On Jan 14, 2009, at 4:50 PM, Sunil Mushran wrote:

> It's part and parcel of the fs. If you want mainline linux,
> goto http://kernel.org.
>
> Bret Palsson wrote:
>> Can I get the source for DLM 1.5.0 and build it on my other machines?

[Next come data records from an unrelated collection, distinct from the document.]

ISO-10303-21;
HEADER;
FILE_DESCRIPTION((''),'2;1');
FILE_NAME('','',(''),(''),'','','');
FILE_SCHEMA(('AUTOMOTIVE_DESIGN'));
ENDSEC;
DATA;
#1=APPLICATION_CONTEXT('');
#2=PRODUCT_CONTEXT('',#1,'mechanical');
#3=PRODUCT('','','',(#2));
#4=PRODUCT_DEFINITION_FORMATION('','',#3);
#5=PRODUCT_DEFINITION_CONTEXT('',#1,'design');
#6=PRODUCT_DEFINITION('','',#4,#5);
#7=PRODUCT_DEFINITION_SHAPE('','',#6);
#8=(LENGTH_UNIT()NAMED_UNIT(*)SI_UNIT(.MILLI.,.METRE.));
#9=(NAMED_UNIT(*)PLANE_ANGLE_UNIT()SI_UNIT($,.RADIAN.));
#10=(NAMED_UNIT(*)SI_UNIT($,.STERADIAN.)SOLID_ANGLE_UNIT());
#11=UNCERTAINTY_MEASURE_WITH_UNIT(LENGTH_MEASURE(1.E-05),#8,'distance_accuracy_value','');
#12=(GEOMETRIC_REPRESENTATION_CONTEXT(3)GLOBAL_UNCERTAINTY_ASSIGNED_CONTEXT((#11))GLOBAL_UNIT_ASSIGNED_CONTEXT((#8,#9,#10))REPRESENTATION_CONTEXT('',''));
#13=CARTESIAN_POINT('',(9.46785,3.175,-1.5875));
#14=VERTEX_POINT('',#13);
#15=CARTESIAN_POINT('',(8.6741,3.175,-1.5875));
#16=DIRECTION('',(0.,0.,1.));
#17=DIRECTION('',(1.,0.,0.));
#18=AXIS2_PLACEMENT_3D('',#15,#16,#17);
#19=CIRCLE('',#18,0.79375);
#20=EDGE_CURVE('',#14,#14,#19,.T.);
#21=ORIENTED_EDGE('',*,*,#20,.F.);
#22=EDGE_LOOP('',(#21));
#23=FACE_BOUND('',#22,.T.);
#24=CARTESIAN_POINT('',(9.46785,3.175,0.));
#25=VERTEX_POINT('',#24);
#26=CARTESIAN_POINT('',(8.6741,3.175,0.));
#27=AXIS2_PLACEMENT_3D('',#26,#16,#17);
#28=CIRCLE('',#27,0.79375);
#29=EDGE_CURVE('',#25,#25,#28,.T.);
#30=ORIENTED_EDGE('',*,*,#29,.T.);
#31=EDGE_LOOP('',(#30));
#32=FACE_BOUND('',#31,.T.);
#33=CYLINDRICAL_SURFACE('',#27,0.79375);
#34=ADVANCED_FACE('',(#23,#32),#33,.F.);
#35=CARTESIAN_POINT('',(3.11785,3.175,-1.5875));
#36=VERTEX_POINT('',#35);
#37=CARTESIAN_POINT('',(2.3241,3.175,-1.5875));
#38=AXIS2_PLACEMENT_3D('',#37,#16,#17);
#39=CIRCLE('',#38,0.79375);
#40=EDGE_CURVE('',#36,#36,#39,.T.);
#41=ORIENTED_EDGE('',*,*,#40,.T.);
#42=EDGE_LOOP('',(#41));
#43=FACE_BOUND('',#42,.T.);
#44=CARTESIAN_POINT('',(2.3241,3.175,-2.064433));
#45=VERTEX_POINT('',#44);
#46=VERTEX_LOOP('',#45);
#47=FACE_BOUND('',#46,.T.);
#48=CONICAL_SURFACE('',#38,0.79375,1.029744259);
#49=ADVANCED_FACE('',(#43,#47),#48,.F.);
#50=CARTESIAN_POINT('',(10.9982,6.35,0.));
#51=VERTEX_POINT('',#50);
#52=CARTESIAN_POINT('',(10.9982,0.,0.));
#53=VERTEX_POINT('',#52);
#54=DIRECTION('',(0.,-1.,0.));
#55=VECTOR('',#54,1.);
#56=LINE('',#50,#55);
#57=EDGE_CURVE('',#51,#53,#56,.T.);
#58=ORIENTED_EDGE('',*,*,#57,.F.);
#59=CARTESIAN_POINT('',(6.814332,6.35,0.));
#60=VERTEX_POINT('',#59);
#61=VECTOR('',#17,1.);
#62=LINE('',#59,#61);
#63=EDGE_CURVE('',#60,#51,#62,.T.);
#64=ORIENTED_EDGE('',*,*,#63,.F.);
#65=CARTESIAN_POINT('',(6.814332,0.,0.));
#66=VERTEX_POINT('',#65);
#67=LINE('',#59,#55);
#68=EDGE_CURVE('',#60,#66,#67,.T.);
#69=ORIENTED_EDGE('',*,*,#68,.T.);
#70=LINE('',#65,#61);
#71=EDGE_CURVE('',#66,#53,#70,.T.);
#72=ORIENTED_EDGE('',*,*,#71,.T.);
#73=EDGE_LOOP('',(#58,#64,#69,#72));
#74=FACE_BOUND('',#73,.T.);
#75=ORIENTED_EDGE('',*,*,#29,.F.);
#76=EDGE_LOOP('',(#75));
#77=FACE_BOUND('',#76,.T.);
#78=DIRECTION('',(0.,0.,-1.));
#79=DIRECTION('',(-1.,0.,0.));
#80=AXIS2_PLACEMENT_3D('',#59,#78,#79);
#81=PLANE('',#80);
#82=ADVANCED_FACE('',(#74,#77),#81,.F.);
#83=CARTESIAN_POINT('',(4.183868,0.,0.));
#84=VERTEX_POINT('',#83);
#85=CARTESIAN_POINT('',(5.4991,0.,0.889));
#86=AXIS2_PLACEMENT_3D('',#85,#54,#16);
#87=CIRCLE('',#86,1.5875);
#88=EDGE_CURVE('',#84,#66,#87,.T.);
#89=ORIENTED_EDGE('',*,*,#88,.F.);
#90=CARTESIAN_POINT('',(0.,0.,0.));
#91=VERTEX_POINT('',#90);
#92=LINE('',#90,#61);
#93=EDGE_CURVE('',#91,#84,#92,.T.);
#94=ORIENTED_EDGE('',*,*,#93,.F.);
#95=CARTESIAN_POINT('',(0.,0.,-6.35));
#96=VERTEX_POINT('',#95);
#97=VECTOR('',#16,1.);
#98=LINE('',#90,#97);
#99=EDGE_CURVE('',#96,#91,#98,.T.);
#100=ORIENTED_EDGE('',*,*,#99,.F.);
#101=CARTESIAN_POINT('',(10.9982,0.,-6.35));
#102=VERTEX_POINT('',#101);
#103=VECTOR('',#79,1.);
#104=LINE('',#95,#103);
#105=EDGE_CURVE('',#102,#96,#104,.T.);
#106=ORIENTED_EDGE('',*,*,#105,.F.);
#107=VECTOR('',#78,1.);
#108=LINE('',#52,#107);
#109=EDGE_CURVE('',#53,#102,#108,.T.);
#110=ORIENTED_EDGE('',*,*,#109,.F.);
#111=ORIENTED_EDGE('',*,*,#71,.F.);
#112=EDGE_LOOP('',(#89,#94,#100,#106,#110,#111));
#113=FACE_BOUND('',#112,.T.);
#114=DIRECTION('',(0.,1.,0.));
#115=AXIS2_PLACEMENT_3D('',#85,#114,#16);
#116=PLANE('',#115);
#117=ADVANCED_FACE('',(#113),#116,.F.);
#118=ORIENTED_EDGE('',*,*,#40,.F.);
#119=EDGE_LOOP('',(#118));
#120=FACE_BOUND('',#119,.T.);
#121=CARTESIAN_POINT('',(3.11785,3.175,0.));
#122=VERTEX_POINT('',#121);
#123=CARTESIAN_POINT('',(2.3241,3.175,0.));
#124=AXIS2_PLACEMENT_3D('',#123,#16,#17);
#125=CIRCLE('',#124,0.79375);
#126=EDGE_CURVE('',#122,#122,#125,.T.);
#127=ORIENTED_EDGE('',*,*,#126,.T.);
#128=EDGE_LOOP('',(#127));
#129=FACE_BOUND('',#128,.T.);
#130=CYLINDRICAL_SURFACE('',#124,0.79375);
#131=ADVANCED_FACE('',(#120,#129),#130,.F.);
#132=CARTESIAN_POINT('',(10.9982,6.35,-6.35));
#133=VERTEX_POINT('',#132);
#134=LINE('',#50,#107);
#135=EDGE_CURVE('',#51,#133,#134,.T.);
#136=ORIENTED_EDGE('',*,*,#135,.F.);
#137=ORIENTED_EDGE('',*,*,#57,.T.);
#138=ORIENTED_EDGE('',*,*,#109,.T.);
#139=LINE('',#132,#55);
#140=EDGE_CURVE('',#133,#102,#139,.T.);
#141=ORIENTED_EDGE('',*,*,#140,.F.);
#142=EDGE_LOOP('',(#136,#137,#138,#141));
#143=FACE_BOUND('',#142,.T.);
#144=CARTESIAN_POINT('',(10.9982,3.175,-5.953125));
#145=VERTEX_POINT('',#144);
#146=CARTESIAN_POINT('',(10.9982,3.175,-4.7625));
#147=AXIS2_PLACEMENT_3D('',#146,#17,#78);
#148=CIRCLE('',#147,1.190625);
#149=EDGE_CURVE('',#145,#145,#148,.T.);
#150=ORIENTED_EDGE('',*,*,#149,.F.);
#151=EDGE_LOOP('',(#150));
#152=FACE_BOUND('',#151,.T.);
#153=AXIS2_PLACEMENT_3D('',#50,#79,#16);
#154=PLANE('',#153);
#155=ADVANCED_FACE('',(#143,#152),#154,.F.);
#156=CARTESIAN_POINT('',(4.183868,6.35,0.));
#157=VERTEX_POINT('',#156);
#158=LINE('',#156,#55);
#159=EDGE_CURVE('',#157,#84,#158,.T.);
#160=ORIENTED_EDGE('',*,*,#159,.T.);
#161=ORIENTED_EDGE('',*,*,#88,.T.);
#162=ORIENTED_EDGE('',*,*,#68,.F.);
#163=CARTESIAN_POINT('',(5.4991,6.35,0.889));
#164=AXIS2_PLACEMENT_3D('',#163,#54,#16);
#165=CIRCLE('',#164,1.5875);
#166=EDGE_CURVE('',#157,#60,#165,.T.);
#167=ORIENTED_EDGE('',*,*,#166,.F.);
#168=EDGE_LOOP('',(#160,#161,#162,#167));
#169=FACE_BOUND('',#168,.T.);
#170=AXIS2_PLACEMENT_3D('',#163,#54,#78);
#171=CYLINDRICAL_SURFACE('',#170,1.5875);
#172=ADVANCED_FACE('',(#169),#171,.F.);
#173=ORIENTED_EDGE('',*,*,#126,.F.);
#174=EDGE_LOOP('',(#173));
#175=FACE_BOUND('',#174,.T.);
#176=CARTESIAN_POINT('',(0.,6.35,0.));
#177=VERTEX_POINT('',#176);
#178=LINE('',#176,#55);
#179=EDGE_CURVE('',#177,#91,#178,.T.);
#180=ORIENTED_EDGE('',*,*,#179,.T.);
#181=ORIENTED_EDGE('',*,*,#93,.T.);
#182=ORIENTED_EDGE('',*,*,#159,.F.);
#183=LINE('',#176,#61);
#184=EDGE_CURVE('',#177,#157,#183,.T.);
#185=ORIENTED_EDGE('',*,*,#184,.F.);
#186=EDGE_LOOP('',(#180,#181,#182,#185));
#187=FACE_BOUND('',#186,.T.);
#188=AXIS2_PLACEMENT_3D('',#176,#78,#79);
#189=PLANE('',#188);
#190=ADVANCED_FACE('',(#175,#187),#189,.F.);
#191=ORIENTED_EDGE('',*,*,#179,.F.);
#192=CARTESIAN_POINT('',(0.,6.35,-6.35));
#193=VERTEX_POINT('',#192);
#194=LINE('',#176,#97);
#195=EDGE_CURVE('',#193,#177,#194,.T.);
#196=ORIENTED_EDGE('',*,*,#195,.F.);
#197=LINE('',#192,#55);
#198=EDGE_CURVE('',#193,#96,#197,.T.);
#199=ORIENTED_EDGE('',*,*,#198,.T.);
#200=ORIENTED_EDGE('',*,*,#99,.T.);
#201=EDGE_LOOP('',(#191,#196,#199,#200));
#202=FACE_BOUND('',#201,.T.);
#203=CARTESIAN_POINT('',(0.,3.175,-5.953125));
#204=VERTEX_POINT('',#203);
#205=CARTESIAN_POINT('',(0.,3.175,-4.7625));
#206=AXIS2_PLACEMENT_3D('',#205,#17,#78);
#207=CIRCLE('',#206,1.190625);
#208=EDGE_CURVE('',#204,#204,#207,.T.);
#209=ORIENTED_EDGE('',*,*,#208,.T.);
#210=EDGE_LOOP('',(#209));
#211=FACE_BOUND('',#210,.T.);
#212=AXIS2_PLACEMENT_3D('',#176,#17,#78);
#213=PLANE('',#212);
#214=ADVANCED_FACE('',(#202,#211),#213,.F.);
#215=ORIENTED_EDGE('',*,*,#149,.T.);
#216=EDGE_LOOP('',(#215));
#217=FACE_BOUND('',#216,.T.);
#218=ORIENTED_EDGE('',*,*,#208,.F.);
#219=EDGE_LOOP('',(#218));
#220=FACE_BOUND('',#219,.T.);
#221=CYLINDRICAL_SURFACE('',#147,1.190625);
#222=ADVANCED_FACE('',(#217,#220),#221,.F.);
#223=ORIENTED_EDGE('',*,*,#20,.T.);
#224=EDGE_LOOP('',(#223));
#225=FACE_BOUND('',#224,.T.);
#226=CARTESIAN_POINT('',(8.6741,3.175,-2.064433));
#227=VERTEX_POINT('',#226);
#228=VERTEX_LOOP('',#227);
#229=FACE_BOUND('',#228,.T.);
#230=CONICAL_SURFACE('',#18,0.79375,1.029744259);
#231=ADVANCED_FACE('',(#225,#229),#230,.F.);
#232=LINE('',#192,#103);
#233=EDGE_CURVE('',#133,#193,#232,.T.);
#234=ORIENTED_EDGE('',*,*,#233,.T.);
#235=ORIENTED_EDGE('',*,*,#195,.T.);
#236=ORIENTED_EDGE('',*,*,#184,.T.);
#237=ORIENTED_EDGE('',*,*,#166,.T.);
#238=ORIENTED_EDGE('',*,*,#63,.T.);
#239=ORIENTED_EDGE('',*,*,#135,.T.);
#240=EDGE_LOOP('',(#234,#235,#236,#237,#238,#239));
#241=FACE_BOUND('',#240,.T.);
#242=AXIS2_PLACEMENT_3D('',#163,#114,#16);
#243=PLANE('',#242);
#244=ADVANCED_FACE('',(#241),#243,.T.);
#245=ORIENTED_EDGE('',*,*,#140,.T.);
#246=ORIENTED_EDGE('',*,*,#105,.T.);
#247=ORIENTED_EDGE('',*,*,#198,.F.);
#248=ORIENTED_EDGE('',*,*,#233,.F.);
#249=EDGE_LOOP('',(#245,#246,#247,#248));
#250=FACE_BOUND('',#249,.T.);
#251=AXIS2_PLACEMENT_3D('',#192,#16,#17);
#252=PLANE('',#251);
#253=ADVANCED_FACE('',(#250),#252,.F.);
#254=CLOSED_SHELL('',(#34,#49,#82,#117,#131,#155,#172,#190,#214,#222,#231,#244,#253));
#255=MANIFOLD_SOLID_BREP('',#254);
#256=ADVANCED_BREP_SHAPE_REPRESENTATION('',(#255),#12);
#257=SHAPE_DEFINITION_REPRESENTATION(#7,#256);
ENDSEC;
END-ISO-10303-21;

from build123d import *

# Parameters (mm, degrees)
BOSS_EXTRUDE1_DEPTH                = 6.35
F_1_16_0_0625_DIAMETER_HOLE1_D     = 1.5875
F_1_16_0_0625_DIAMETER_HOLE1_DEPTH = 1.5875
F_1_16_0_0625_DIAMETER_HOLE1_TIP   = 0.476933116
F_3_32_0_09375_DIAMETER_HOLE1_D    = 2.38125


with BuildPart() as part:
    # Sketch1 → Boss-Extrude1 (new body)
    with BuildSketch(Plane(origin=(0, 0, 0), x_dir=(1, 0, 0), z_dir=(0, 1, 0))):
        with BuildLine():
            Line((6.814332014, 0), (10.9982, 0))
            Line((10.9982, 0), (10.9982, 6.35))
            Line((10.9982, 6.35), (0, 6.35))
            Line((0, 6.35), (0, 0))
            Line((0, 0), (4.183867986, 0))
            ThreePointArc((4.183867986, 0), (5.4991, 0.6985), (6.814332014, 0))
        make_face()
    extrude(amount=BOSS_EXTRUDE1_DEPTH)

    # 1/16 (0.0625) Diameter Hole1
    with Locations(Plane.XY):
        with Locations((2.3241, 3.175), (8.6741, 3.175)):
            Hole(F_1_16_0_0625_DIAMETER_HOLE1_D / 2, depth=F_1_16_0_0625_DIAMETER_HOLE1_DEPTH)
            with Locations((0, 0, -(F_1_16_0_0625_DIAMETER_HOLE1_DEPTH + F_1_16_0_0625_DIAMETER_HOLE1_TIP / 2))):  # 118° drill point
                Cone(0, F_1_16_0_0625_DIAMETER_HOLE1_D / 2, F_1_16_0_0625_DIAMETER_HOLE1_TIP, mode=Mode.SUBTRACT)

    # 3/32 (0.09375) Diameter Hole1 (through all)
    with Locations(Plane(origin=(10.9982, 0, 0), x_dir=(0, 0, -1), z_dir=(1, 0, 0))):
        with Locations((4.7625, 3.175)):
            Hole(F_3_32_0_09375_DIAMETER_HOLE1_D / 2)


solid = part.part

>> If so where do I grab it?
>>
>> Thanks,
>>
>> Bret
>>
>> On Jan 14, 2009, at 4:28 PM, Sunil Mushran wrote:
>>
>>> I hate cut-paste's because I have no idea whether I can trust it
>>> or not. A misspelled 0 and 1 makes a whole world of difference.
>>>
>>> But the following seems to indicate that the configuration is bad.
>>>
>>> (3130,1):o2net_connect_expired:1659 ERROR: no connection established
>>> with node 0 after 30.0 seconds, giving up and returning errors.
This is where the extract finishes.